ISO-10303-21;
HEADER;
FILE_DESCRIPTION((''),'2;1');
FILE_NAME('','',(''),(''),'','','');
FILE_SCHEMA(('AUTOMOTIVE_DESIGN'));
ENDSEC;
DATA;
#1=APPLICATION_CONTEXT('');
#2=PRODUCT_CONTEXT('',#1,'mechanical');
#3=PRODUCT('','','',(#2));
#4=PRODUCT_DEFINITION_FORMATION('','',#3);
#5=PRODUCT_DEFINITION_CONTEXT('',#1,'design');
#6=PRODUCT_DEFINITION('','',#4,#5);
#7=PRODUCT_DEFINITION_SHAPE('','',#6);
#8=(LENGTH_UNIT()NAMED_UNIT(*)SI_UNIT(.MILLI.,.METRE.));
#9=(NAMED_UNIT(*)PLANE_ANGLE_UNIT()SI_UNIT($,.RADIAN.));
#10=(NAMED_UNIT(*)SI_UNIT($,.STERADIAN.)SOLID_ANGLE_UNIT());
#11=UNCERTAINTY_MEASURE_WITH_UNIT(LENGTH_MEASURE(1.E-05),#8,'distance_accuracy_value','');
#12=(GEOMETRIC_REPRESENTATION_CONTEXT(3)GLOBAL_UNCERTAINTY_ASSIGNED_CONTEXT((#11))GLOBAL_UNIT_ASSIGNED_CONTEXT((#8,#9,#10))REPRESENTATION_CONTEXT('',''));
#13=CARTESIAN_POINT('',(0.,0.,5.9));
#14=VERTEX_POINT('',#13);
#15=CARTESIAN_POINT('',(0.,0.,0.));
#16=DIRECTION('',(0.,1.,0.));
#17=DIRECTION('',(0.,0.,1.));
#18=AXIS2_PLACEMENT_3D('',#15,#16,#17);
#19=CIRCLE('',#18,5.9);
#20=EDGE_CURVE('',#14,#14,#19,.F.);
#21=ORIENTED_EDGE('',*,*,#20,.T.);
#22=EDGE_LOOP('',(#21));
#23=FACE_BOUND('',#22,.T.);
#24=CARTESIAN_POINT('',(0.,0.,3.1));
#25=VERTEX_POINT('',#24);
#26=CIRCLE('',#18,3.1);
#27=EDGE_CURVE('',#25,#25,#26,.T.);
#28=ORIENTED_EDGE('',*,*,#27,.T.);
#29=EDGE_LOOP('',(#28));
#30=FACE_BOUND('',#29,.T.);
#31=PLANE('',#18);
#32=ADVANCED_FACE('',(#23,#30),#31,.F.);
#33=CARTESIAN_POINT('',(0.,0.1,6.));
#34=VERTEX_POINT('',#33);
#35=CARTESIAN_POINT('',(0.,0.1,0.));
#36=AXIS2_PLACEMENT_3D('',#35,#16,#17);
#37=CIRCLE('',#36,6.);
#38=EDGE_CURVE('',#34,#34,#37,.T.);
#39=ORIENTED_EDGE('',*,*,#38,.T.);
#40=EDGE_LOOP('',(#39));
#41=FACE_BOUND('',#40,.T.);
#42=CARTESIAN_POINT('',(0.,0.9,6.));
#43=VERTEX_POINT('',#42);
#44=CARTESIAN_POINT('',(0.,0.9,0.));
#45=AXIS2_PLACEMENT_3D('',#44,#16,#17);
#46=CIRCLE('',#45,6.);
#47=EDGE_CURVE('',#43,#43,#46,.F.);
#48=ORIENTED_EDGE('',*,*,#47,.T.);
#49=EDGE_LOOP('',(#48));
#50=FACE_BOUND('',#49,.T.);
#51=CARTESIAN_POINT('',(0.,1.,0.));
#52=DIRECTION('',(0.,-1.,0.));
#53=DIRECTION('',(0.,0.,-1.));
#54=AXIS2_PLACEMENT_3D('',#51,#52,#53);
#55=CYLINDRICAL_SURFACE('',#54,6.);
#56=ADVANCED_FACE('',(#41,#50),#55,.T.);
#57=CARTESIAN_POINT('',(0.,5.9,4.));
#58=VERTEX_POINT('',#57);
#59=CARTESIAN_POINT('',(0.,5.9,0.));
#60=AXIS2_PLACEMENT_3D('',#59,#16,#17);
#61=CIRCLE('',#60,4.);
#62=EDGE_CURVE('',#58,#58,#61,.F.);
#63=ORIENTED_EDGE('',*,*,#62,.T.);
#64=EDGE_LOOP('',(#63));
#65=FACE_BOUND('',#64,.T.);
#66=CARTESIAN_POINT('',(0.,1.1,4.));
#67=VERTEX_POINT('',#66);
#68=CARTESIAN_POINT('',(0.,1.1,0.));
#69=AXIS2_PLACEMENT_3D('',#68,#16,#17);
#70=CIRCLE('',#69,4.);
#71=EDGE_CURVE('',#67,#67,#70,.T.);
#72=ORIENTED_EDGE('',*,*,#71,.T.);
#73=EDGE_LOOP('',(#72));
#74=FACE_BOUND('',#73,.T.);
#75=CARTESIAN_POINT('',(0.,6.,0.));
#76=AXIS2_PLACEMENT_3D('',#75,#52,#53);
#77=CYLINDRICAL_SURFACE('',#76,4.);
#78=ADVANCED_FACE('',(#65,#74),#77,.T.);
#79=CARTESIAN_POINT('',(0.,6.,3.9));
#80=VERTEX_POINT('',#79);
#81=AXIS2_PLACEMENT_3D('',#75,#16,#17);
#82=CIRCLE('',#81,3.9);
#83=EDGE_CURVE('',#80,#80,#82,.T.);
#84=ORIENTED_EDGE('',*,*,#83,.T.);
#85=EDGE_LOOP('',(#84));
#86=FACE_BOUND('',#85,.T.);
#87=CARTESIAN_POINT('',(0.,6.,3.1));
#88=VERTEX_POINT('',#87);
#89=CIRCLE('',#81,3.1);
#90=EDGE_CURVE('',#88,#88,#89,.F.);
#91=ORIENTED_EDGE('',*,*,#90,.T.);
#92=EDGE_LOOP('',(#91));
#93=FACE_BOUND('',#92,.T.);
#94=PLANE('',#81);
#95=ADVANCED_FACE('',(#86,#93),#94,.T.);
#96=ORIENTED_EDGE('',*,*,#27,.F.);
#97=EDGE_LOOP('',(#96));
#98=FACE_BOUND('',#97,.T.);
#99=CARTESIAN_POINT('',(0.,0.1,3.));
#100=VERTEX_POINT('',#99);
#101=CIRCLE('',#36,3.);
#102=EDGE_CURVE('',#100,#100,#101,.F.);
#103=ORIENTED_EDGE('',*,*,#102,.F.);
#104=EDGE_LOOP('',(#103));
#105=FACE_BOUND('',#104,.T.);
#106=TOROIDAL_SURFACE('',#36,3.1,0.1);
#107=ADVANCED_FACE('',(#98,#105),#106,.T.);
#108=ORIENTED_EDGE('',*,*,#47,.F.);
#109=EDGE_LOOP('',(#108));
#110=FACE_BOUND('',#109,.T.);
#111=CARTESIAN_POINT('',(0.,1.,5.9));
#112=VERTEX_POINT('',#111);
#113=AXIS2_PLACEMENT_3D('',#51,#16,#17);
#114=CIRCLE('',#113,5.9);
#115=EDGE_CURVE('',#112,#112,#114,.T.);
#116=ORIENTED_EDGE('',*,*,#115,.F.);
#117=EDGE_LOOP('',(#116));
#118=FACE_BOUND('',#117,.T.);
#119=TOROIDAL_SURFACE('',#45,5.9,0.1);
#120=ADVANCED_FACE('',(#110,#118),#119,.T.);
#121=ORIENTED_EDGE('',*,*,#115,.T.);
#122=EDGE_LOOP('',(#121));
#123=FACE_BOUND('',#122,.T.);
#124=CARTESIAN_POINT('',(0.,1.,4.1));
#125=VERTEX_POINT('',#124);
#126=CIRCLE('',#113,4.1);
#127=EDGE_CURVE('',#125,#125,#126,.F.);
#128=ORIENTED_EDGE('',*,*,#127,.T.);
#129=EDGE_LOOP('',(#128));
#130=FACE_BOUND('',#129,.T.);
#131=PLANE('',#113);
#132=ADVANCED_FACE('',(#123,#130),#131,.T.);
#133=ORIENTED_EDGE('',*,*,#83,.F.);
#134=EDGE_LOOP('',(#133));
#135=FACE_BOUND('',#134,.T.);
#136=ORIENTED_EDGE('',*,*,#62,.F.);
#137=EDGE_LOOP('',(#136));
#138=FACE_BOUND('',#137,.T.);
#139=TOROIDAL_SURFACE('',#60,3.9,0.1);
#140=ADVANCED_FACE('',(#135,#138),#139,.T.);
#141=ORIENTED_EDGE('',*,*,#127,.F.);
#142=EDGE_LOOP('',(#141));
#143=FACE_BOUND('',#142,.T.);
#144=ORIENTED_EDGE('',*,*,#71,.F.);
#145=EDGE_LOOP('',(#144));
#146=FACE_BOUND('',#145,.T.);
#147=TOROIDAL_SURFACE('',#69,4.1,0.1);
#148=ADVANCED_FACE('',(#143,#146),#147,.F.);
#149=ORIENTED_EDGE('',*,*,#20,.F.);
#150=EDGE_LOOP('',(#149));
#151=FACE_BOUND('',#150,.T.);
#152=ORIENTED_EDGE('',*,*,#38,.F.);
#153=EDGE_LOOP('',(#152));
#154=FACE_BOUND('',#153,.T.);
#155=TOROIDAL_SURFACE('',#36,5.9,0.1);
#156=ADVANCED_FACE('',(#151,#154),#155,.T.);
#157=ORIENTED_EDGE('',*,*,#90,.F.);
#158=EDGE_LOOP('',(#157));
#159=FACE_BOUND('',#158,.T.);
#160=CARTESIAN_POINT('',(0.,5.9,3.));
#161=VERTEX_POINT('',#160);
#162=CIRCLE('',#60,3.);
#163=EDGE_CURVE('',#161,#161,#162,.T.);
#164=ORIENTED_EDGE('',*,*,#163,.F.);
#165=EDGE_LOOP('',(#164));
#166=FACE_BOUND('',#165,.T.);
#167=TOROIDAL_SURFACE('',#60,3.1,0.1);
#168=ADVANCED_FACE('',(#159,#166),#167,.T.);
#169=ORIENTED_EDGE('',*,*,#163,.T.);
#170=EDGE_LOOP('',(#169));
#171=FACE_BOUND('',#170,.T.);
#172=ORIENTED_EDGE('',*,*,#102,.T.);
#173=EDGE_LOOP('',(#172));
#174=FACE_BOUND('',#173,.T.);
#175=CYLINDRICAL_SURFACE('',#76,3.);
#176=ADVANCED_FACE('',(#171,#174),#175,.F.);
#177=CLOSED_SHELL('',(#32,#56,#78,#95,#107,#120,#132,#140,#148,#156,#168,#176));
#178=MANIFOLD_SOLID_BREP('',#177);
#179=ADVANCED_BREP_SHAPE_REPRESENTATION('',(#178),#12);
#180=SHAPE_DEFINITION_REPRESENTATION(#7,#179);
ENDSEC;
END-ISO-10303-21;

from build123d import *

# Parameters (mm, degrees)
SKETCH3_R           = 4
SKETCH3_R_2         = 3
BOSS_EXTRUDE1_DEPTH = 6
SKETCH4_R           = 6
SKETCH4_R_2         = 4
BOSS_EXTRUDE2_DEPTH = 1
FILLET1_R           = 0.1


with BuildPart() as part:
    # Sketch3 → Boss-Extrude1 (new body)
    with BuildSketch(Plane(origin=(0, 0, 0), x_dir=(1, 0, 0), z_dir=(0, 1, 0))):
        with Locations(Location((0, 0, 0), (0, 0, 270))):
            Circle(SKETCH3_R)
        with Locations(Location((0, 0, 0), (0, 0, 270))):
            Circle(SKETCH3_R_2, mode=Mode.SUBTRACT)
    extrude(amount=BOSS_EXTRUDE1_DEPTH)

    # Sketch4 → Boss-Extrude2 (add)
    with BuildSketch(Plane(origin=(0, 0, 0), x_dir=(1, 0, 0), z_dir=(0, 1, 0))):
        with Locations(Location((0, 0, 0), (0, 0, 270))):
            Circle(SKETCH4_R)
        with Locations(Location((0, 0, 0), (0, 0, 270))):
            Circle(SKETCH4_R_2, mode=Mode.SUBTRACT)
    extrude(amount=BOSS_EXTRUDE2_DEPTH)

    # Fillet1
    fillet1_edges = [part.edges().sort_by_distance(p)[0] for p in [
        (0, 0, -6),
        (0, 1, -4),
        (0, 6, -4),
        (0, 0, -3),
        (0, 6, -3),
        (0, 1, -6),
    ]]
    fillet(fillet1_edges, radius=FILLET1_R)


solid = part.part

## What you are asked to do:
Give the exact lines, and only those, from the line containing "#5=PRODUCT_DEFINITION_CONTEXT('',#1,'design');" through the line containing "#31=PLANE('',#18);" in the entries above.

## Result below:
#5=PRODUCT_DEFINITION_CONTEXT('',#1,'design');
#6=PRODUCT_DEFINITION('','',#4,#5);
#7=PRODUCT_DEFINITION_SHAPE('','',#6);
#8=(LENGTH_UNIT()NAMED_UNIT(*)SI_UNIT(.MILLI.,.METRE.));
#9=(NAMED_UNIT(*)PLANE_ANGLE_UNIT()SI_UNIT($,.RADIAN.));
#10=(NAMED_UNIT(*)SI_UNIT($,.STERADIAN.)SOLID_ANGLE_UNIT());
#11=UNCERTAINTY_MEASURE_WITH_UNIT(LENGTH_MEASURE(1.E-05),#8,'distance_accuracy_value','');
#12=(GEOMETRIC_REPRESENTATION_CONTEXT(3)GLOBAL_UNCERTAINTY_ASSIGNED_CONTEXT((#11))GLOBAL_UNIT_ASSIGNED_CONTEXT((#8,#9,#10))REPRESENTATION_CONTEXT('',''));
#13=CARTESIAN_POINT('',(0.,0.,5.9));
#14=VERTEX_POINT('',#13);
#15=CARTESIAN_POINT('',(0.,0.,0.));
#16=DIRECTION('',(0.,1.,0.));
#17=DIRECTION('',(0.,0.,1.));
#18=AXIS2_PLACEMENT_3D('',#15,#16,#17);
#19=CIRCLE('',#18,5.9);
#20=EDGE_CURVE('',#14,#14,#19,.F.);
#21=ORIENTED_EDGE('',*,*,#20,.T.);
#22=EDGE_LOOP('',(#21));
#23=FACE_BOUND('',#22,.T.);
#24=CARTESIAN_POINT('',(0.,0.,3.1));
#25=VERTEX_POINT('',#24);
#26=CIRCLE('',#18,3.1);
#27=EDGE_CURVE('',#25,#25,#26,.T.);
#28=ORIENTED_EDGE('',*,*,#27,.T.);
#29=EDGE_LOOP('',(#28));
#30=FACE_BOUND('',#29,.T.);
#31=PLANE('',#18);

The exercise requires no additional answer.